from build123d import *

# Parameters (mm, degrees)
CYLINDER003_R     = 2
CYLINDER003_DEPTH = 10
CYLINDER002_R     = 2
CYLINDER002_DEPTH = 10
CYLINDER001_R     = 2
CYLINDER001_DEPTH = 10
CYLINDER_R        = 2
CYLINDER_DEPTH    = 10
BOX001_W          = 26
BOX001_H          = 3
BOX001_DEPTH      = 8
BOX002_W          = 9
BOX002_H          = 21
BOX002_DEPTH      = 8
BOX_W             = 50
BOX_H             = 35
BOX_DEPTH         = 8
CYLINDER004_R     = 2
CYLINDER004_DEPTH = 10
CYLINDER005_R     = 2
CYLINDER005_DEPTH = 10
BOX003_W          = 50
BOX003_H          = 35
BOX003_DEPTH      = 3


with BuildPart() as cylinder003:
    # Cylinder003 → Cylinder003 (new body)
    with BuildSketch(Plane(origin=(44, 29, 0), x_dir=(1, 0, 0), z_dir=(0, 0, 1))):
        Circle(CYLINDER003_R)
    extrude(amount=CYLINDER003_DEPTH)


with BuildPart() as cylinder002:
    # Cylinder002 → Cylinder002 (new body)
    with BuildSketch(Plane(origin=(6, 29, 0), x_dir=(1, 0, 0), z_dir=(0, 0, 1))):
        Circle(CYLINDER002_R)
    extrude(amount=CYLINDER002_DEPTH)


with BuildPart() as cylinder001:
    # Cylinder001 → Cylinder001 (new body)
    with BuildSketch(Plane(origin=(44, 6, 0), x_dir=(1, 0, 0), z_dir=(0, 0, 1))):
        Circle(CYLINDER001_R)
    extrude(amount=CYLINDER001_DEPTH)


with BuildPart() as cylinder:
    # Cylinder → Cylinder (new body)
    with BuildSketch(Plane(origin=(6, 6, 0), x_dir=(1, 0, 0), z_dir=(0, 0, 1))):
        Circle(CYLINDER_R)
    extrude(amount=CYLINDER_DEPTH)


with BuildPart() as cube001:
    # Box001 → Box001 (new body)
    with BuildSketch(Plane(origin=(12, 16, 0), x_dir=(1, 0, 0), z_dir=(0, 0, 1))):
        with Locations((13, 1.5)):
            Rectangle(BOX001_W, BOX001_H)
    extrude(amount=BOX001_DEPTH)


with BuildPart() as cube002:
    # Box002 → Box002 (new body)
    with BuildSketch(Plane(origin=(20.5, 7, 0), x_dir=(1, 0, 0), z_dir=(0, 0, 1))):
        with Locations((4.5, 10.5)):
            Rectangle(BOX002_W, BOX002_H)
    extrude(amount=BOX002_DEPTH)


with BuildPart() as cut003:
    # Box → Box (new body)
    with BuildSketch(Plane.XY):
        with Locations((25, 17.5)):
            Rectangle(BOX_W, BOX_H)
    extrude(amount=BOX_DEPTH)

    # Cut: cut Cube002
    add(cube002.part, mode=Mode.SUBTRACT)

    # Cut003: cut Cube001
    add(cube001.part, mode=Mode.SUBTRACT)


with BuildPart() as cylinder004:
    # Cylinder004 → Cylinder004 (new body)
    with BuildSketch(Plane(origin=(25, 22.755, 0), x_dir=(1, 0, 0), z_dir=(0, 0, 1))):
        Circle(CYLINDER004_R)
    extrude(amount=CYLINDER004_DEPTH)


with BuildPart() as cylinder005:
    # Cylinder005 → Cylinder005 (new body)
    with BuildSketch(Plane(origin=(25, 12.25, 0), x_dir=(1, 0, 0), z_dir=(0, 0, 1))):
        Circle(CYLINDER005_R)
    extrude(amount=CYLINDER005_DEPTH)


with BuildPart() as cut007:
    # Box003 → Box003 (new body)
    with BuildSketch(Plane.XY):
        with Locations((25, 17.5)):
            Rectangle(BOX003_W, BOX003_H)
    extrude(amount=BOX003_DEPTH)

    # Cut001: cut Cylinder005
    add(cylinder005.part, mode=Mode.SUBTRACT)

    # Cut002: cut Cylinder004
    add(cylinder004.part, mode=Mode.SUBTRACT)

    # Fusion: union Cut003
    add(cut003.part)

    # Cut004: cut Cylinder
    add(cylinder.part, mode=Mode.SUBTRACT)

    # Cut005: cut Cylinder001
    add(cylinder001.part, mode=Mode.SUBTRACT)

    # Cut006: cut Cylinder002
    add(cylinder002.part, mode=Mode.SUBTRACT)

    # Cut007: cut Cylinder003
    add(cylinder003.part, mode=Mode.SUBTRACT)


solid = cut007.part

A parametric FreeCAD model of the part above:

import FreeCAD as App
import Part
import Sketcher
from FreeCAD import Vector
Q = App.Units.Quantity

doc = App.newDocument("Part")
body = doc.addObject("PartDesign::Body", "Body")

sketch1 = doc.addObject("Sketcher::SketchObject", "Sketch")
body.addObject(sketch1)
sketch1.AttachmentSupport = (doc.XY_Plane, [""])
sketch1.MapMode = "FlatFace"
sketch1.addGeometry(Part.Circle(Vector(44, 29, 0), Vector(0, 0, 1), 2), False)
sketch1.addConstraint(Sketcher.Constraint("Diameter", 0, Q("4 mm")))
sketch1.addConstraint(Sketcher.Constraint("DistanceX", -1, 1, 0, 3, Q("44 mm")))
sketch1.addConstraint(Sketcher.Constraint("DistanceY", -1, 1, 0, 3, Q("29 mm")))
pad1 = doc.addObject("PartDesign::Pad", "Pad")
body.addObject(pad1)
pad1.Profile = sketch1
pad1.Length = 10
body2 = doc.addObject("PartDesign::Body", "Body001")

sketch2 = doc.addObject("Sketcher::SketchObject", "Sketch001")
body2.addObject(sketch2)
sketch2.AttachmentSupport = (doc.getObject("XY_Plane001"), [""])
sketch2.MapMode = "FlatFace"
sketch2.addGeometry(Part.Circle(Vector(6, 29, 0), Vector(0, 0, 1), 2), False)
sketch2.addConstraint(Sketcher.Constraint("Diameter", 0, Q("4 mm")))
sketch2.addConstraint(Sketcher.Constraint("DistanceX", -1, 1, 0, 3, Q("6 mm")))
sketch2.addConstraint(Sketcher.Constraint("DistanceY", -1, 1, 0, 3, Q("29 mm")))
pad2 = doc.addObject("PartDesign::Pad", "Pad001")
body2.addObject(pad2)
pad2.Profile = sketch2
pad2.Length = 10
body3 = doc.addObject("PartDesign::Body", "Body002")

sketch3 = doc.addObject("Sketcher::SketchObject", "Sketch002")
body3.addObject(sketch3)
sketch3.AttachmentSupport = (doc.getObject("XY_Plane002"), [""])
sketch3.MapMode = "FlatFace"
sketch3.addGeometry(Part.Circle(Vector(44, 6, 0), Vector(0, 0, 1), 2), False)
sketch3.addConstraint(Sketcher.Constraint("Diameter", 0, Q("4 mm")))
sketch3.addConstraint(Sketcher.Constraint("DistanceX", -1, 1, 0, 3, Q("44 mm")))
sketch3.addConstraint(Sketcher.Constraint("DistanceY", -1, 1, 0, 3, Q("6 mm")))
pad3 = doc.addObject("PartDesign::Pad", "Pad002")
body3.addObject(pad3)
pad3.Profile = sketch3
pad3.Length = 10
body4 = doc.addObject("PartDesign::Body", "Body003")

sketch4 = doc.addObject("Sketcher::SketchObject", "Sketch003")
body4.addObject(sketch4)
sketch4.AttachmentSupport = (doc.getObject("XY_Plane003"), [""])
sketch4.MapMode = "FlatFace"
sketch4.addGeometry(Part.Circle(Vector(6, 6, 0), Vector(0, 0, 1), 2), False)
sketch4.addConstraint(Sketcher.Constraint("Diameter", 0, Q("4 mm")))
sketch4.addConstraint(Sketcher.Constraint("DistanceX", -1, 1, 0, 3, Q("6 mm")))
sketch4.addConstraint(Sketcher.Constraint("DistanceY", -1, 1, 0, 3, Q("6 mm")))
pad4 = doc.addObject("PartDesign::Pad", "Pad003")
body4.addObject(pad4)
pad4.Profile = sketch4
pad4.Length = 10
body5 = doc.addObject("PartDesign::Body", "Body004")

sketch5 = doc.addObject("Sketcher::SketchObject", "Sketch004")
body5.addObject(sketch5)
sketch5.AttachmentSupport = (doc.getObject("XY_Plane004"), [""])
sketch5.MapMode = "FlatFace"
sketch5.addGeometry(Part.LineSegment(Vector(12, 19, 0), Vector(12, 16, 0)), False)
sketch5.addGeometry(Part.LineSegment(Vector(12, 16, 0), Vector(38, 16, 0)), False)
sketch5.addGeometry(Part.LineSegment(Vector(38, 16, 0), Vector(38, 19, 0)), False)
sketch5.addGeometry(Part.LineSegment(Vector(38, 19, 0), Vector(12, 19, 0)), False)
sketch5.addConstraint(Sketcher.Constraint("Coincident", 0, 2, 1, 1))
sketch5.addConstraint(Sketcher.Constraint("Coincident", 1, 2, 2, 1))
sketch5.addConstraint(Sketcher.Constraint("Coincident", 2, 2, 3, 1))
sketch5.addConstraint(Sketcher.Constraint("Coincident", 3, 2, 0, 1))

.....

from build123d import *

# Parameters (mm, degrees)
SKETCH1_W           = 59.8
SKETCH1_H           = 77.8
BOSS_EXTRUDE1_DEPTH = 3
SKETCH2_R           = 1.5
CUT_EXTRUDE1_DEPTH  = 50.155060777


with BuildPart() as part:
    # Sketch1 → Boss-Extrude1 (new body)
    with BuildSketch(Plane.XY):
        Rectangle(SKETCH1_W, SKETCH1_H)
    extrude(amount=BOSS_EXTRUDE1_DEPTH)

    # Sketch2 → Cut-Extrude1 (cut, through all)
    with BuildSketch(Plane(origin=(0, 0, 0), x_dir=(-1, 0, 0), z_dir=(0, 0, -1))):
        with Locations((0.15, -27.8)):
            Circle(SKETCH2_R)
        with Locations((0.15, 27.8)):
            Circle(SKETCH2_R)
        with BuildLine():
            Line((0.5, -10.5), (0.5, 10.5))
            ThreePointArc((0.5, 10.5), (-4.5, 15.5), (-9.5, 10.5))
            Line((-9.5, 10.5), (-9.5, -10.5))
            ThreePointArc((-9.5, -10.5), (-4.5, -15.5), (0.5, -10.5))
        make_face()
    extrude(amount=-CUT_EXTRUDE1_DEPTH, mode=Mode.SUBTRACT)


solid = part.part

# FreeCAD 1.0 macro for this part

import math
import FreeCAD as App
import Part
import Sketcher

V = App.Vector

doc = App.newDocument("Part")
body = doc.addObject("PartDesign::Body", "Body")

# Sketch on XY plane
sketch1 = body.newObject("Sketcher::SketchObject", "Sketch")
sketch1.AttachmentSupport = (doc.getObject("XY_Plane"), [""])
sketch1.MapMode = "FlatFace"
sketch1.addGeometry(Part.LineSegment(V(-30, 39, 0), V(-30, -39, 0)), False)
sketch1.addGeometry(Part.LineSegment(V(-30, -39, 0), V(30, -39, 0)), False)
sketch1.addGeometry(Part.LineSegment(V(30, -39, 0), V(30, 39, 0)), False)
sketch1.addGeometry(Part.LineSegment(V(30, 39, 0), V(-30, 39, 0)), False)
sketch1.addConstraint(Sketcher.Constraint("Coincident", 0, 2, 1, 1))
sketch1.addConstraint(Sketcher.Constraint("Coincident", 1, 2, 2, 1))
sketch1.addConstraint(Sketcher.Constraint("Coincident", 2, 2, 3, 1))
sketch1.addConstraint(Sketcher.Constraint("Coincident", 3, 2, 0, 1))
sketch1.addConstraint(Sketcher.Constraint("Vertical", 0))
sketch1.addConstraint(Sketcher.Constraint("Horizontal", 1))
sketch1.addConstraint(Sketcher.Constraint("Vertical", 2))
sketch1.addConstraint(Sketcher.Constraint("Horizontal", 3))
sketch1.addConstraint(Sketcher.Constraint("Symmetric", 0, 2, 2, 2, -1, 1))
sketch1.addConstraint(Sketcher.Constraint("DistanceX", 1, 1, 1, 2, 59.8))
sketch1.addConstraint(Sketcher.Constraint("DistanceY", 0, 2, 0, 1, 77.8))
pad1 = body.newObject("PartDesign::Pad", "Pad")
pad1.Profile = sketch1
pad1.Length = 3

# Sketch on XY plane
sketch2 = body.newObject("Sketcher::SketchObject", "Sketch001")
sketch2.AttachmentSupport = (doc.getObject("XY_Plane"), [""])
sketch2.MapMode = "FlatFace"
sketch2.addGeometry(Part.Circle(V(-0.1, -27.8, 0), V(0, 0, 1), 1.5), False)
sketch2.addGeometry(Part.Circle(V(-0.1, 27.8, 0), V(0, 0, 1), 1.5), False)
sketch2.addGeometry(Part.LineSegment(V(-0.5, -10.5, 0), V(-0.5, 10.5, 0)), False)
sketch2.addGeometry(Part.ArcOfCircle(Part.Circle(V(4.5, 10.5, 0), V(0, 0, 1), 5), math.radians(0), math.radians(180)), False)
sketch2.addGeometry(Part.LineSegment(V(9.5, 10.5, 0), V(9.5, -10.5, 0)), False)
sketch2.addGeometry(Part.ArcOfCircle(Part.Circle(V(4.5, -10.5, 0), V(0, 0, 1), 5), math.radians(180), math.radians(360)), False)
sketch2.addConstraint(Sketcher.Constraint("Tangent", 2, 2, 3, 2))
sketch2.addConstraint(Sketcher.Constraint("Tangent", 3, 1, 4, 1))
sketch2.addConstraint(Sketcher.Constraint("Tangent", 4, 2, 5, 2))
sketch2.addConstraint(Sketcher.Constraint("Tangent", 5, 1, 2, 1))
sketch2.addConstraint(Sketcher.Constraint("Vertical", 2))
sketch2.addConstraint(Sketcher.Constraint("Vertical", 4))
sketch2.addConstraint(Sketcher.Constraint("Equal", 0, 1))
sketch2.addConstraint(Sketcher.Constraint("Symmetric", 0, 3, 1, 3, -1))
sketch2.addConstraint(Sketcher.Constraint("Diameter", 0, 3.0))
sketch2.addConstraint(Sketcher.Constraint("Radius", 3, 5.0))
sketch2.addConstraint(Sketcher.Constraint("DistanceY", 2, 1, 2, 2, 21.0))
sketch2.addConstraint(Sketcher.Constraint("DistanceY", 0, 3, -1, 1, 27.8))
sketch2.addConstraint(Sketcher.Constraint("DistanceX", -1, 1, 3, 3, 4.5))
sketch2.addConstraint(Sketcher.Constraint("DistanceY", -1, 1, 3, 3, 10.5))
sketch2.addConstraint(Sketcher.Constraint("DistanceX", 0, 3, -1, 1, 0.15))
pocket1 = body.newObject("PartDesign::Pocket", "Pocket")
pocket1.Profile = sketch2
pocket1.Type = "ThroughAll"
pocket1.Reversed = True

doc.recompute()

.....

▶ [WORK ORDER]
Only one stretch of the entries above is wanted: the lines from the one containing "Rectangle(SKETCH1_W, SKETCH1_H)" through the one containing "ThreePointArc((0.5, 10.5), (-4.5, 15.5), (-9.5, 10.5))". Please reproduce it exactly.

▶ [WRITTEN SOLUTION]
        Rectangle(SKETCH1_W, SKETCH1_H)
    extrude(amount=BOSS_EXTRUDE1_DEPTH)

    # Sketch2 → Cut-Extrude1 (cut, through all)
    with BuildSketch(Plane(origin=(0, 0, 0), x_dir=(-1, 0, 0), z_dir=(0, 0, -1))):
        with Locations((0.15, -27.8)):
            Circle(SKETCH2_R)
        with Locations((0.15, 27.8)):
            Circle(SKETCH2_R)
        with BuildLine():
            Line((0.5, -10.5), (0.5, 10.5))
            ThreePointArc((0.5, 10.5), (-4.5, 15.5), (-9.5, 10.5))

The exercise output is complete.